Fields congratulated the partners in the effort to revive the neighborhood and called the renovation of the home on Quincy Street part of an “overall revitalization strategy.”

Mayor Domenic Sarno said the city has received $3.5 million in NSP funds. He explained the city’s policies of aggressive Building Code enforcement along with the taking of properties for unpaid taxes, demolition of derelict buildings and the Buy Springfield program have been used to aid neighborhoods.

“If there has ever been a scourge, it is the foreclosure impact on this neighborhood and others,” Sarno said.

Sarno also endorsed the American Jobs Act and Project Rebuild.

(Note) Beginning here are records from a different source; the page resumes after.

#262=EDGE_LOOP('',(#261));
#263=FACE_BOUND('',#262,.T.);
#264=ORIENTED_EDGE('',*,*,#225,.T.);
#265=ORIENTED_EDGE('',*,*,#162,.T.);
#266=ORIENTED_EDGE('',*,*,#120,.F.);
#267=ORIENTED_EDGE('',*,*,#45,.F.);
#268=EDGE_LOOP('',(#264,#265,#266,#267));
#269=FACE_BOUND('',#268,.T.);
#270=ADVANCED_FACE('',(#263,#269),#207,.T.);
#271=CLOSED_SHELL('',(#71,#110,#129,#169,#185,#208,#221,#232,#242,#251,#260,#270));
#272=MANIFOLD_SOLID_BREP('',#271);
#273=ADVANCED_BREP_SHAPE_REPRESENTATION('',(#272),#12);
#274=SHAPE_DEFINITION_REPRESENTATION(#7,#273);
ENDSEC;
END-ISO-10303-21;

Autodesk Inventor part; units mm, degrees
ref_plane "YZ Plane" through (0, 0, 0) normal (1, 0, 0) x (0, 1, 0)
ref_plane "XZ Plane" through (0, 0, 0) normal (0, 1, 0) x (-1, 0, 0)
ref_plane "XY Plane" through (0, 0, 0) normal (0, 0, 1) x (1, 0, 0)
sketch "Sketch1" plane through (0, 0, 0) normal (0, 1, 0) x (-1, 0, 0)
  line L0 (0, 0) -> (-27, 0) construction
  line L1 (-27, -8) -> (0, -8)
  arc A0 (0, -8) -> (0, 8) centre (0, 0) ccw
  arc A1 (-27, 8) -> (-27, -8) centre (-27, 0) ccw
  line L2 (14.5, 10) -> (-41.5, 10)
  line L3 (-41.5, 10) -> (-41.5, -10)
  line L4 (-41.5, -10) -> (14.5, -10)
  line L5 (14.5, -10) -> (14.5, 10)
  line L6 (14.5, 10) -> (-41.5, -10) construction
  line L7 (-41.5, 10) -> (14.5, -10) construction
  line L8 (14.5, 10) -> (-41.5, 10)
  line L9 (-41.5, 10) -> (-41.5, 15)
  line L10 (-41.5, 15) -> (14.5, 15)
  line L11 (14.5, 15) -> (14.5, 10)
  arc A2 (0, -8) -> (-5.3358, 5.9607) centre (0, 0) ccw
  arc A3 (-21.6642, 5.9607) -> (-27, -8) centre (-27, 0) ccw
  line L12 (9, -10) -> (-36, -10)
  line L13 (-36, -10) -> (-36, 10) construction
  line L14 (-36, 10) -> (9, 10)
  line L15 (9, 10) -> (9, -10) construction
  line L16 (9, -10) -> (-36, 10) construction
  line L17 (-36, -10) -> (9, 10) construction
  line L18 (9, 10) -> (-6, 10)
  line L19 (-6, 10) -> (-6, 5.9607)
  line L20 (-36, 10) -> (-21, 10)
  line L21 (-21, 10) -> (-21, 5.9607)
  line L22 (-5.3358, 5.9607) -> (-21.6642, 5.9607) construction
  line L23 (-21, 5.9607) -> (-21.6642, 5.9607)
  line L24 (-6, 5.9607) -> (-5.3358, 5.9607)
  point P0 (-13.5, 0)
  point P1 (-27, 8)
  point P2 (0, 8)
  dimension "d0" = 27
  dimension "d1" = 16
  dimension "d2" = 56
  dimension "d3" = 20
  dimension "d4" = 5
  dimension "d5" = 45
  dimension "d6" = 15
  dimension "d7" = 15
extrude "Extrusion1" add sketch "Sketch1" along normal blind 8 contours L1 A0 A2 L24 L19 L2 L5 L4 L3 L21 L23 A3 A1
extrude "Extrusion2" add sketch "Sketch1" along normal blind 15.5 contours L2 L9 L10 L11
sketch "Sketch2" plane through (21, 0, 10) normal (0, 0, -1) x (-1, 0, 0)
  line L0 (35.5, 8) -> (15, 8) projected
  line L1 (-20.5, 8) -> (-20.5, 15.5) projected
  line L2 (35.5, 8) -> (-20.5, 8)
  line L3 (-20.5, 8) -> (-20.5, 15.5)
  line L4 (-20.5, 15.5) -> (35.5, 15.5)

The home on Quincy Street is part of the 100 new home campaign undertaken several years ago in the Old Hill neighborhood. Peter Gagliardi, executive director of HAP Housing, explained there were 46 parcels on the block and 22 of them were vacant or boarded up. The coalition of groups working in the neighborhood, he said, included Springfield Neighborhood Housing Services, Habitat for Humanity and Rebuilding Together.

The result, he added, is that property owners themselves are now making investments in the homes.

Gagliardi said he had been watching the home at 176 Quincy St. for a long time. It had been abandoned.

“It was a pleasure for us to see this house come back to life,” he said. “It is too nice a little property not to bring it back.”

Francisco Ramos and his wife currently live in Holyoke and found out about the house when looking at properties on the Internet. It is the couple’s first home and he said they were able to purchase it through a first-time homebuyers program.

Sarno asked, “What better Christmas or holiday gift than a home?”